Karl: 100-Tage-Bilanz des Heimatministeriums offenbart Versagen Söders

30. Mai 2014

Die stellvertretende Landesvorsitzende der BayernSPD und Sprecherin der SPD-Landtagsfraktion für Fragen des ländlichen Raums, Annette Karl, wirft Heimatminister Söder Versagen vor. 100 Tage nach der Proklamation des neuen Heimatministeriums in Nürnberg sei für die ländlichen Räume in Bayern noch nichts erreicht worden: "Herr Söder missbraucht seine Unterabteilung 'Heimatministerium' lediglich zur Selbstdarstellung und Profilierung im Kampf um die Ministerpräsidentenkandidatur. Er agiert als oberster Staatsschauspieler: Lauter schöne Bilder ohne Inhalt. Für die ländlichen Regionen bleibt die bittere Erkenntnis: Außer Spesen nichts gewesen! Zugleich kostet aber die Miete für das unfertige und weitgehend noch ungenutzte Gebäude des neuen Ministeriums 20.000 Euro pro Monat."

Karl hat den traurigen Stand der Dinge im Heimatministerium mit einer parlamentarischen Anfrage durchleuchtet und protokolliert das Versagen Söders:

  • Die Kommunen im ländlichen Raum warten weiter auf Hilfen für ihre Aufgaben und bekommen stattdessen nur ein paar schöne Bilder eines Ministers vor der ehemaligen Bundesbankstelle in Nürnberg. Umzugskosten für Ministeriumsmitarbeiter fallen bis jetzt kaum an, aus dem einzigen Grund, dass bisher kaum ein Mitarbeiter die Arbeit in Nürnberg aufgenommen hat. Nun wird also von der Staatsregierung nicht mehr nur nicht in München für die Heimat gearbeitet, sondern auch nicht in Nürnberg.

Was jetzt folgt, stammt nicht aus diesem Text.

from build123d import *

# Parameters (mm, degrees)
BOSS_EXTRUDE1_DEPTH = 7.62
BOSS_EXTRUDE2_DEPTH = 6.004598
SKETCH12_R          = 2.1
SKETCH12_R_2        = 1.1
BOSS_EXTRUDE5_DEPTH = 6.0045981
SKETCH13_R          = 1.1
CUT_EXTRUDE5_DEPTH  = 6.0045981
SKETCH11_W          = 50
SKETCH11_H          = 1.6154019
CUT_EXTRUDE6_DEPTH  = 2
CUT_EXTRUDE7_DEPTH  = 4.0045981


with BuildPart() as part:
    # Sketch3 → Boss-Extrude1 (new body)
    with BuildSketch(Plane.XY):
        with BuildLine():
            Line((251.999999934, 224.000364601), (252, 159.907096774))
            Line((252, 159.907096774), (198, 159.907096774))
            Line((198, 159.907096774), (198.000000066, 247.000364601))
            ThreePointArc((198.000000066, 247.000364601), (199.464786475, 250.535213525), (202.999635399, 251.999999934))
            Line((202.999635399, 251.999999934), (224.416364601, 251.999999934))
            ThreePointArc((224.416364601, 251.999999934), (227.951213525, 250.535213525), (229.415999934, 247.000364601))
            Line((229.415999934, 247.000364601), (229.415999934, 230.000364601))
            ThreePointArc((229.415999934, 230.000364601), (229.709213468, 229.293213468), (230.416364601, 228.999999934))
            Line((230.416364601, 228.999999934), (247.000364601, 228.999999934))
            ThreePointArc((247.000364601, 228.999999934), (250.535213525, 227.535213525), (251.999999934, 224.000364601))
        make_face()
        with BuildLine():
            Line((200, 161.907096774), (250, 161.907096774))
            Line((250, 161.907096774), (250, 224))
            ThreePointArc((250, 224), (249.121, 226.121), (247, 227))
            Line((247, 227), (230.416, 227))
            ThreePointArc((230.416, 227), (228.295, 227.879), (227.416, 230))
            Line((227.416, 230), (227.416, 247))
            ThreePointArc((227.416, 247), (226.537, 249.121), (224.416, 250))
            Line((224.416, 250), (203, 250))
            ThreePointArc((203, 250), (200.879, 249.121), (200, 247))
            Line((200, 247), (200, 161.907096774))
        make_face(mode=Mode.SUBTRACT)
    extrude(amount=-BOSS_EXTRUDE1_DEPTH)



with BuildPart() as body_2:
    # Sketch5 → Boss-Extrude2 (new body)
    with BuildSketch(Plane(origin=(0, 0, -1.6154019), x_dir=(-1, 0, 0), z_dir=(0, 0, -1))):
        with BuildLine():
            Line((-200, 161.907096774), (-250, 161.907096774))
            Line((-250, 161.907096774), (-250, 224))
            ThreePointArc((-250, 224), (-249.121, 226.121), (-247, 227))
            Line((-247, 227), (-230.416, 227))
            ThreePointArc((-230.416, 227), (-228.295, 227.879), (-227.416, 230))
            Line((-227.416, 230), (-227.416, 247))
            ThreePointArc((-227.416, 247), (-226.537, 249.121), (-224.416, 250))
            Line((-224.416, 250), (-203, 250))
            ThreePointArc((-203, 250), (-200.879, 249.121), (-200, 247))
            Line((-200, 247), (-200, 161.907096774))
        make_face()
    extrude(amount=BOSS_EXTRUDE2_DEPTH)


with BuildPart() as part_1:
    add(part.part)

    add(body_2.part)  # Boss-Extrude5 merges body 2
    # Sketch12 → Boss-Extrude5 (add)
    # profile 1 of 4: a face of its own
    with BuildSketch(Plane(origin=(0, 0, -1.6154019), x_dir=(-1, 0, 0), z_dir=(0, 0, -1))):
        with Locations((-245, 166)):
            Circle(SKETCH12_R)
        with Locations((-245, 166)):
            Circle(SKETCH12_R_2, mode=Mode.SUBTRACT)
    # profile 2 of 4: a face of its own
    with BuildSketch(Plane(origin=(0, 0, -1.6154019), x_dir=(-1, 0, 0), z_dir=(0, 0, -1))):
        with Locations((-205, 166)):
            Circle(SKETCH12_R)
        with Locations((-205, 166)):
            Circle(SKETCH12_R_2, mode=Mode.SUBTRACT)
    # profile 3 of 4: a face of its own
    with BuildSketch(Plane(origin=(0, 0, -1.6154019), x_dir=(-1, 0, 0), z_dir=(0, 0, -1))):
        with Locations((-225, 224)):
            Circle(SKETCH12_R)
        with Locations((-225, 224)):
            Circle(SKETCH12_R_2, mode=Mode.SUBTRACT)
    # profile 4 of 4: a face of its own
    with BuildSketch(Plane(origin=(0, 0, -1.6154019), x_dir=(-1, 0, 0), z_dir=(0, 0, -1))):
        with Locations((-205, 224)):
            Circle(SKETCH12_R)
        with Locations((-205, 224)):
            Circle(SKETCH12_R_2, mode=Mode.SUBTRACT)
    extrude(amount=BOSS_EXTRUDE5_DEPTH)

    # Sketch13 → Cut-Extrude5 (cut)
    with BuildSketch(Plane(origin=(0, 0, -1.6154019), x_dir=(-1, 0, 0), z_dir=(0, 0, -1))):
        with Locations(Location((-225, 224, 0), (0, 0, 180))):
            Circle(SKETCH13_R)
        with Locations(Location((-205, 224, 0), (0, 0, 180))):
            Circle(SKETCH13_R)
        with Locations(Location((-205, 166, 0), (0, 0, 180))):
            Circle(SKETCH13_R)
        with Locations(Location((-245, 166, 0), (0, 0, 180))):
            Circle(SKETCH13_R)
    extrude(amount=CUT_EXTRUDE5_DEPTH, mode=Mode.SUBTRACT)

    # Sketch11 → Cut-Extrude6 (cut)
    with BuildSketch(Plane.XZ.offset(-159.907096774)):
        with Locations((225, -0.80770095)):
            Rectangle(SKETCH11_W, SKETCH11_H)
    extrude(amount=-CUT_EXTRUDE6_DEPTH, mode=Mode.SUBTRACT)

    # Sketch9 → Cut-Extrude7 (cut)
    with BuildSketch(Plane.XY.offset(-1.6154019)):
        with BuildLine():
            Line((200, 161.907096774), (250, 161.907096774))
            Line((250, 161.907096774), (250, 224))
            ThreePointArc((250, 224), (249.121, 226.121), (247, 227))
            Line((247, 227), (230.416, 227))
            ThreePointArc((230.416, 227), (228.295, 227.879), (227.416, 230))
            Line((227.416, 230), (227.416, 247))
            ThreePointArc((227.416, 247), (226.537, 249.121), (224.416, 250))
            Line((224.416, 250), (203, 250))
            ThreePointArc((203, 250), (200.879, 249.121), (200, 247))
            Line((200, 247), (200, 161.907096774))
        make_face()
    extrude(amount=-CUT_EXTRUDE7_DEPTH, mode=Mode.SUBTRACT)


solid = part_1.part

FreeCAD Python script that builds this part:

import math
import FreeCAD as App
import Part
import Sketcher

V = App.Vector


def add_polygon(sketch, points):
    """Adds a closed chain of lines whose ends are joined by coincident constraints."""
    first, n = sketch.GeometryCount, len(points)
    for a, b in zip(points, points[1:] + points[:1]):
        sketch.addGeometry(Part.LineSegment(App.Vector(*a, 0), App.Vector(*b, 0)), False)
    for i in range(n):
        sketch.addConstraint(Sketcher.Constraint("Coincident", first + i, 2, first + (i + 1) % n, 1))

doc = App.newDocument("Part")
body = doc.addObject("PartDesign::Body", "Body")

sketch1 = body.newObject("Sketcher::SketchObject", "Sketch")
sketch1.AttachmentSupport = (doc.getObject("XY_Plane"), [""])
sketch1.MapMode = "FlatFace"
sketch1.addGeometry(Part.LineSegment(V(252, 159.9, 0), V(252, 224, 0)), False)
sketch1.addGeometry(Part.ArcOfCircle(Part.Circle(V(247, 224, 0), V(0, 0, 1), 5), math.radians(0), math.radians(90)), False)
sketch1.addGeometry(Part.LineSegment(V(247, 229, 0), V(230.4, 229, 0)), False)
sketch1.addGeometry(Part.ArcOfCircle(Part.Circle(V(230.4, 230, 0), V(0, 0, 1), 1), math.radians(-180), math.radians(-90)), False)
sketch1.addGeometry(Part.LineSegment(V(229.4, 230, 0), V(229.4, 247, 0)), False)
sketch1.addGeometry(Part.ArcOfCircle(Part.Circle(V(224.4, 247, 0), V(0, 0, 1), 5), math.radians(0), math.radians(90)), False)
sketch1.addGeometry(Part.LineSegment(V(224.4, 252, 0), V(203, 252, 0)), False)
sketch1.addGeometry(Part.ArcOfCircle(Part.Circle(V(203, 247, 0), V(0, 0, 1), 5), math.radians(90), math.radians(180)), False)
sketch1.addGeometry(Part.LineSegment(V(198, 247, 0), V(198, 159.9, 0)), False)
sketch1.addGeometry(Part.LineSegment(V(198, 159.9, 0), V(252, 159.9, 0)), False)
sketch1.addGeometry(Part.LineSegment(V(200, 161.9, 0), V(200, 247, 0)), False)
sketch1.addGeometry(Part.ArcOfCircle(Part.Circle(V(203, 247, 0), V(0, 0, 1), 3), math.radians(90), math.radians(180)), False)
sketch1.addGeometry(Part.LineSegment(V(203, 250, 0), V(224.4, 250, 0)), False)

  • Den Kommunen wird eine stabile Finanzierungshilfe verweigert. Stattdessen gibt es Stabilisierungshilfen, die aufwendig beantragt werden müssen und langfristig nicht gesichert sind. Etliche Kommunen können keinen genehmigungsfähigen Haushalt aufstellen, wie jüngst wieder die Stadt Marktredwitz.

  • Beim Breitbandausbau, einem der wichtigsten Projekte für den ländlichen Raum, geht nichts voran, da die Gemeinden auf die seit Monaten versprochenen Änderungen am Förderprogramm warten. Herr Söder schafft es nicht, in Brüssel eine Entscheidung herbeizuführen. Jeden Monat gibt es neue Terminankündigungen, aber Fakt ist, dass seit 1,5 Jahren nur 2 Kommunen einen Breitbandförderbescheid erhalten haben!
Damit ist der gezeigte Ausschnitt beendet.